WHAT IS NEEDED: Give back exactly the lines that run from the beginning of the entries to the line containing "[-e1 -e2 e3 e4]", both included, and nothing else.

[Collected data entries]
▬▬▬▬▬▬

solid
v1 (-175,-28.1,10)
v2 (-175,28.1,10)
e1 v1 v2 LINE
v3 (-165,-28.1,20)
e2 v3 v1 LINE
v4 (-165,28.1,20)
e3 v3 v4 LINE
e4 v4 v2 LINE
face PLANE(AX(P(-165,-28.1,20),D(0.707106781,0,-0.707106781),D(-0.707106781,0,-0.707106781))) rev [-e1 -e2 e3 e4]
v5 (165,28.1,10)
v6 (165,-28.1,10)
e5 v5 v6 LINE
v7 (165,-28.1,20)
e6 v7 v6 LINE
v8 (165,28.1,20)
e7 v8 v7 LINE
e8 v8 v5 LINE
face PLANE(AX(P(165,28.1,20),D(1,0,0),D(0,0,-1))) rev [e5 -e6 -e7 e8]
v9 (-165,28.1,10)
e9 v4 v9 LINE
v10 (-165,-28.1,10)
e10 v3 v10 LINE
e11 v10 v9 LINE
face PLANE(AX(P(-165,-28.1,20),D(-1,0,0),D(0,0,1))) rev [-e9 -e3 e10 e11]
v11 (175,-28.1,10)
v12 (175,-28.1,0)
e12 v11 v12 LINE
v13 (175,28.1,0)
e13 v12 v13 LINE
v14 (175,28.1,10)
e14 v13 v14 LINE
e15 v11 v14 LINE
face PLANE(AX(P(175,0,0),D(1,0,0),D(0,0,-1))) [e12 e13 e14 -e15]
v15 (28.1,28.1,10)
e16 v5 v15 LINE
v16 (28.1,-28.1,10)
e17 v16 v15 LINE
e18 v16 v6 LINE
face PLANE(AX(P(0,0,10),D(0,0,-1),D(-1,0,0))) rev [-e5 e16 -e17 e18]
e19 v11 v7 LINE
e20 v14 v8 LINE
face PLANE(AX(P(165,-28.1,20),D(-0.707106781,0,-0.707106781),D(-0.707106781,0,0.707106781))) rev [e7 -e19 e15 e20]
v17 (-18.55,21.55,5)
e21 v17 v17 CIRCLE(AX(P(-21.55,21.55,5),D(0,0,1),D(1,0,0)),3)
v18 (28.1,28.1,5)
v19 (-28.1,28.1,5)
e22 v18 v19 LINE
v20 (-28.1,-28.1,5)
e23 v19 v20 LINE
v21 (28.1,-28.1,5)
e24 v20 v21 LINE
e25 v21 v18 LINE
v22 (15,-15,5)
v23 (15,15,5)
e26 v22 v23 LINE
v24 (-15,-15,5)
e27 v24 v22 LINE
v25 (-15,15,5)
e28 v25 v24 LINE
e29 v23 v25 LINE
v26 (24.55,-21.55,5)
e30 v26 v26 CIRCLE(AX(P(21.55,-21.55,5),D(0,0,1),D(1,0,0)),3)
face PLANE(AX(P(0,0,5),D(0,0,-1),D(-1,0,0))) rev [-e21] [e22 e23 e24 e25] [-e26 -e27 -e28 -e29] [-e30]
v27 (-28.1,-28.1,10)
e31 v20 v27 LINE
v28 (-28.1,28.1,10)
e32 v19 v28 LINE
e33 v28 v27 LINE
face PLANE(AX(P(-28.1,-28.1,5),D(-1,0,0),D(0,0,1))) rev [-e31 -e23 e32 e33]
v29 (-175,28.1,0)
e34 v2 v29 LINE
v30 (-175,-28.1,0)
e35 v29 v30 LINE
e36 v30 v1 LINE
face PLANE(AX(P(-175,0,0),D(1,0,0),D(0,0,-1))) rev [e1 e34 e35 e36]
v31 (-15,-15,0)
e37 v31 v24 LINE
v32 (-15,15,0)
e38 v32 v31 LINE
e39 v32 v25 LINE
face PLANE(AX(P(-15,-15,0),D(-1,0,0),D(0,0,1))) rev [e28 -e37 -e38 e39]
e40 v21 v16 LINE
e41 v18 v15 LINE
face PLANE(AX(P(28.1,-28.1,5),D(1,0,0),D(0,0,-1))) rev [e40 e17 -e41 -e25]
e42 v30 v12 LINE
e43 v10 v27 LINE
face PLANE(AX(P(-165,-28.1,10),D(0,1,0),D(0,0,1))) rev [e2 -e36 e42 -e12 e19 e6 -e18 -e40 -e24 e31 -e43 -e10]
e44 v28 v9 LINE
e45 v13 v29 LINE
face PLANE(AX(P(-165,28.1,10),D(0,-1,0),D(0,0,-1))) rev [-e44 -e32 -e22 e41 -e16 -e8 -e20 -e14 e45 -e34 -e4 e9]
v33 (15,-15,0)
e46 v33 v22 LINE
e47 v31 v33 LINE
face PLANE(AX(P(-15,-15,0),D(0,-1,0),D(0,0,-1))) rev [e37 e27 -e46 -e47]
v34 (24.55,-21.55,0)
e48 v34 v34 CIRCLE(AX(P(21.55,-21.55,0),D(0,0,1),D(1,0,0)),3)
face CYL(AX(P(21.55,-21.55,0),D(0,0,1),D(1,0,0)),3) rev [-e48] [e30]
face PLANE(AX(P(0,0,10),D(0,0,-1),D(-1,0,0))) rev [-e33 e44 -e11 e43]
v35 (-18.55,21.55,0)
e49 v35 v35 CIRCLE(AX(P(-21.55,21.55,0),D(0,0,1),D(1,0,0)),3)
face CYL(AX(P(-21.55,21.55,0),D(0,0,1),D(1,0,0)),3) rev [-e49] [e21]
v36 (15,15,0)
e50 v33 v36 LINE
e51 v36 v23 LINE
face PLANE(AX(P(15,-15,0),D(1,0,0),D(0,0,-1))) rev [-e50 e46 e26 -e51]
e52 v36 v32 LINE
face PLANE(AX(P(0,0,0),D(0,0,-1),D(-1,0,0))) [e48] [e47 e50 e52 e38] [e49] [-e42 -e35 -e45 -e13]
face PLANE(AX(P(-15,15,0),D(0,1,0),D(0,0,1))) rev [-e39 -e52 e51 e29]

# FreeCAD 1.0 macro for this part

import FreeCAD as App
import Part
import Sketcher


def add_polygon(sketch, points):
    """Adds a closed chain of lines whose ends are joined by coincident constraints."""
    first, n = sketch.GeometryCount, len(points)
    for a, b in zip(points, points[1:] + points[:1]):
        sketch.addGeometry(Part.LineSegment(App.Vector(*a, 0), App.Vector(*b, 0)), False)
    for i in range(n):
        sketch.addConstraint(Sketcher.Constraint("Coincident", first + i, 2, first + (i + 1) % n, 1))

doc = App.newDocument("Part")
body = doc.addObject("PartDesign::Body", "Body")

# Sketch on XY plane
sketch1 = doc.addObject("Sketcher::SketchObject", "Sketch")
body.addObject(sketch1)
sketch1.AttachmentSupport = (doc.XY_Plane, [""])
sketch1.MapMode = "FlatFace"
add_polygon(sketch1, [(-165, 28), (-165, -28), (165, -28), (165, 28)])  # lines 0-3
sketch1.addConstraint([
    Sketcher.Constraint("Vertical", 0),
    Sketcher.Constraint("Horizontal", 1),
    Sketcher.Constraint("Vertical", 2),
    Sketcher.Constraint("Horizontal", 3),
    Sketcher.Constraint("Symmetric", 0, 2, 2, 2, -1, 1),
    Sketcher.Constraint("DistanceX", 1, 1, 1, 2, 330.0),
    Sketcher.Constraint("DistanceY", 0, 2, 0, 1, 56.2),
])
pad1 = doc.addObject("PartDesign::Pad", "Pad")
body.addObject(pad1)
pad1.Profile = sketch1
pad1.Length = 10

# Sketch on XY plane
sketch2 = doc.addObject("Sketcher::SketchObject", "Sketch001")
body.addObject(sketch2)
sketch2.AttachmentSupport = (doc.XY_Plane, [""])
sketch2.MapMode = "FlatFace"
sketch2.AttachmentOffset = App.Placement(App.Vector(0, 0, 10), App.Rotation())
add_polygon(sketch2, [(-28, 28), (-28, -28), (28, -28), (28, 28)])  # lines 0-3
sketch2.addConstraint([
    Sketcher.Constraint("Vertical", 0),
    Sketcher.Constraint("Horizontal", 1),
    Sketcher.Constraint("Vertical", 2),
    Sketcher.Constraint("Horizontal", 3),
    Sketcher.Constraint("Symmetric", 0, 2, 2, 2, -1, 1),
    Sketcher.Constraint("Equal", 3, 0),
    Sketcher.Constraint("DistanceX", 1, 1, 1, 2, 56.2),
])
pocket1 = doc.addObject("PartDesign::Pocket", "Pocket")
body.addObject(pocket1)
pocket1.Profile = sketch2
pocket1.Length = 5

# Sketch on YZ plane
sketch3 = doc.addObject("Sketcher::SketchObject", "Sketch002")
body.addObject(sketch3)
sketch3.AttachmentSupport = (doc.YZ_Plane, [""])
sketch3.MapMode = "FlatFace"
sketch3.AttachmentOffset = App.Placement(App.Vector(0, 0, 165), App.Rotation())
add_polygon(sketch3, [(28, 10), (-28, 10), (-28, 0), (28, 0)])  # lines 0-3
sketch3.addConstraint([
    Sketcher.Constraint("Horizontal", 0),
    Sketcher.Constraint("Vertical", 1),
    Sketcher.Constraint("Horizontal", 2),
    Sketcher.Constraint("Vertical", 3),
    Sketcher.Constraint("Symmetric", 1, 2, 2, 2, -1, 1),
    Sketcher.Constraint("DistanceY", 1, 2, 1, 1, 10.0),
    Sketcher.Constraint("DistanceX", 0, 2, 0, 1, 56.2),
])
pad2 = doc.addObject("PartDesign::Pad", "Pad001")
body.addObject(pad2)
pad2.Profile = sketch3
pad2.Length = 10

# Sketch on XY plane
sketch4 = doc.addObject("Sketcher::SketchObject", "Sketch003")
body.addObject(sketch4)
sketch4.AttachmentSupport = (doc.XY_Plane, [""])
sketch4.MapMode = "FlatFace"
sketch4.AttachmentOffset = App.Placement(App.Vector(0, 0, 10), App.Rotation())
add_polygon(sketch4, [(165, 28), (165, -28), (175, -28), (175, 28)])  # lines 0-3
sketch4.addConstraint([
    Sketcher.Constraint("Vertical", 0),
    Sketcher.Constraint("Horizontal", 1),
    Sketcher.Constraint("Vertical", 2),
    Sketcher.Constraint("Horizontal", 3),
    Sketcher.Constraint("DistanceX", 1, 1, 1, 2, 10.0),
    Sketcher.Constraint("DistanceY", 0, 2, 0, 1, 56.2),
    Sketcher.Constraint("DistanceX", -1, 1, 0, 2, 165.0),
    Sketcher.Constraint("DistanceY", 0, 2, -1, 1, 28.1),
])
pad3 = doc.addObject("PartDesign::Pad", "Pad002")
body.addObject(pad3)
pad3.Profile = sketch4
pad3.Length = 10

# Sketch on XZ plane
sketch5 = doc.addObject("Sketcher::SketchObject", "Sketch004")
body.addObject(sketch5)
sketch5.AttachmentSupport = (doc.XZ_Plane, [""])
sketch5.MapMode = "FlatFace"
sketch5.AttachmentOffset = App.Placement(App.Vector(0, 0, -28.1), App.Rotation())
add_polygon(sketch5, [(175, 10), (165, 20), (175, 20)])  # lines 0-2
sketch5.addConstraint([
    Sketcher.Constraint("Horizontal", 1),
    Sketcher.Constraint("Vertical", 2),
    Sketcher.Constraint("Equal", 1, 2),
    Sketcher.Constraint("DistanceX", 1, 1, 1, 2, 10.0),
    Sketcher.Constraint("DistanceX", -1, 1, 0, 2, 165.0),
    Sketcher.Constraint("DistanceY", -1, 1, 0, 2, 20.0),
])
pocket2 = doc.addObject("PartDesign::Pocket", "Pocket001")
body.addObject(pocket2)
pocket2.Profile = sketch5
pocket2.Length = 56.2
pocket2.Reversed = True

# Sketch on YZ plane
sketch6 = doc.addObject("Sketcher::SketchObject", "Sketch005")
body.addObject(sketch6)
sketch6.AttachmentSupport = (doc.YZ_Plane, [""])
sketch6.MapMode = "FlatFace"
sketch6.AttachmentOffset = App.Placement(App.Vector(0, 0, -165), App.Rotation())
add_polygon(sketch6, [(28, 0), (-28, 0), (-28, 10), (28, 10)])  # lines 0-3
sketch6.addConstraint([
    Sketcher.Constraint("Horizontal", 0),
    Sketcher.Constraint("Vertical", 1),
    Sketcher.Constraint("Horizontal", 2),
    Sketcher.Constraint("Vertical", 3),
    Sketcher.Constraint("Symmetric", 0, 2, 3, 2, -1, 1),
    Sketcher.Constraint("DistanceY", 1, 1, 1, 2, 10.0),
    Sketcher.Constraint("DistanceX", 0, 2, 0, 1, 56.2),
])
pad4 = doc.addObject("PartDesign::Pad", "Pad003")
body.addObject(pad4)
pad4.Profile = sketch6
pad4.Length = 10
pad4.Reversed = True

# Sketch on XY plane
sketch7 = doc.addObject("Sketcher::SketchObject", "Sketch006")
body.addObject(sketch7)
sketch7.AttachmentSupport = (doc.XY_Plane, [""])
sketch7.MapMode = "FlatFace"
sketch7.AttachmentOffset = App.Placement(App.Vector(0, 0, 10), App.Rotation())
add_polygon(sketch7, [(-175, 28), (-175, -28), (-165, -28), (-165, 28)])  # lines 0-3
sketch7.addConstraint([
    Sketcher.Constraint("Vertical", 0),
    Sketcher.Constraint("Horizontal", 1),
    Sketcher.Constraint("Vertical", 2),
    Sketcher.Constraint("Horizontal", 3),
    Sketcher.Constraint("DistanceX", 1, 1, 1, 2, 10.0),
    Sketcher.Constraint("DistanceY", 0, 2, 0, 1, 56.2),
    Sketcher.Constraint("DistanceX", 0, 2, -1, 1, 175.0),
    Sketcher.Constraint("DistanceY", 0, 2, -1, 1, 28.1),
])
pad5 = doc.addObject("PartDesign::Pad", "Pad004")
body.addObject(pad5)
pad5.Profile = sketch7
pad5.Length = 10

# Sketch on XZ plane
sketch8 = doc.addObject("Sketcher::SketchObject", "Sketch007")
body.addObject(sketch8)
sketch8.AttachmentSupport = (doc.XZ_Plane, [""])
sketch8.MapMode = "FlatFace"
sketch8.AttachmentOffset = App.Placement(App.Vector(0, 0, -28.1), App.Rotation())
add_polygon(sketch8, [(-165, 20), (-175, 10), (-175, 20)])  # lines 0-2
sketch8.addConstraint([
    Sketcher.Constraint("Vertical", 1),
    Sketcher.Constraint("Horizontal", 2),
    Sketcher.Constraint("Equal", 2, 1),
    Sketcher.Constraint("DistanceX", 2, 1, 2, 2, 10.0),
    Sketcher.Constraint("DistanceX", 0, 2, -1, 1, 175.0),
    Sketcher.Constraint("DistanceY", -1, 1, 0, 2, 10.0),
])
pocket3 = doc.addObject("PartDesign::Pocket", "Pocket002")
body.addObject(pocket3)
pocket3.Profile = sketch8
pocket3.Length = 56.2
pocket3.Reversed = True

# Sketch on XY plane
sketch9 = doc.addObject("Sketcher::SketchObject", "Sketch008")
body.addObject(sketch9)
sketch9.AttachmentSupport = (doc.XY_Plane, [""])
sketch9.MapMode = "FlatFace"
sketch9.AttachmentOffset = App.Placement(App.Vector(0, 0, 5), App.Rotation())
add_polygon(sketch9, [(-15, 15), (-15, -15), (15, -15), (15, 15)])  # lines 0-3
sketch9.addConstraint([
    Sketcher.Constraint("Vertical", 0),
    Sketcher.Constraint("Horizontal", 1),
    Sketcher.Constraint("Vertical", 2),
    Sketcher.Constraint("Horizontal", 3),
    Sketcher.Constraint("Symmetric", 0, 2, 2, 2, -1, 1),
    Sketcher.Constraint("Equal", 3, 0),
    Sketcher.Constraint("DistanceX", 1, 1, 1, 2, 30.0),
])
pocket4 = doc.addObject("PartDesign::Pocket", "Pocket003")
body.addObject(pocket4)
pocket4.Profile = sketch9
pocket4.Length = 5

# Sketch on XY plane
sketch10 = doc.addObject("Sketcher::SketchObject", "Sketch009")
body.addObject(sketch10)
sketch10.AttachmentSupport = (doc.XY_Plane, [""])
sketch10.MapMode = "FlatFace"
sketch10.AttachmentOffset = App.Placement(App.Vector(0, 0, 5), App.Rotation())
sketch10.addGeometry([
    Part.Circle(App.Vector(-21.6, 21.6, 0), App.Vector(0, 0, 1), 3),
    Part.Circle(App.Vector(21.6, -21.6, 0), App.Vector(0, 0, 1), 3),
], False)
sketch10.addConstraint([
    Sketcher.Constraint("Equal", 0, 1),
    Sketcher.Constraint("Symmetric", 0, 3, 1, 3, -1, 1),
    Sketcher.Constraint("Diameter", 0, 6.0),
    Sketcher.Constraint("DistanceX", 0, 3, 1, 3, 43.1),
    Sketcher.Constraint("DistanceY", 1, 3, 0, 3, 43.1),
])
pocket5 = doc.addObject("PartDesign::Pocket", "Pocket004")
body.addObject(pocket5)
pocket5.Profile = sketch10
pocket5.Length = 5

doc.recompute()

▬▬▬▬▬▬

WRITTEN REPLY:
solid
v1 (-175,-28.1,10)
v2 (-175,28.1,10)
e1 v1 v2 LINE
v3 (-165,-28.1,20)
e2 v3 v1 LINE
v4 (-165,28.1,20)
e3 v3 v4 LINE
e4 v4 v2 LINE
face PLANE(AX(P(-165,-28.1,20),D(0.707106781,0,-0.707106781),D(-0.707106781,0,-0.707106781))) rev [-e1 -e2 e3 e4]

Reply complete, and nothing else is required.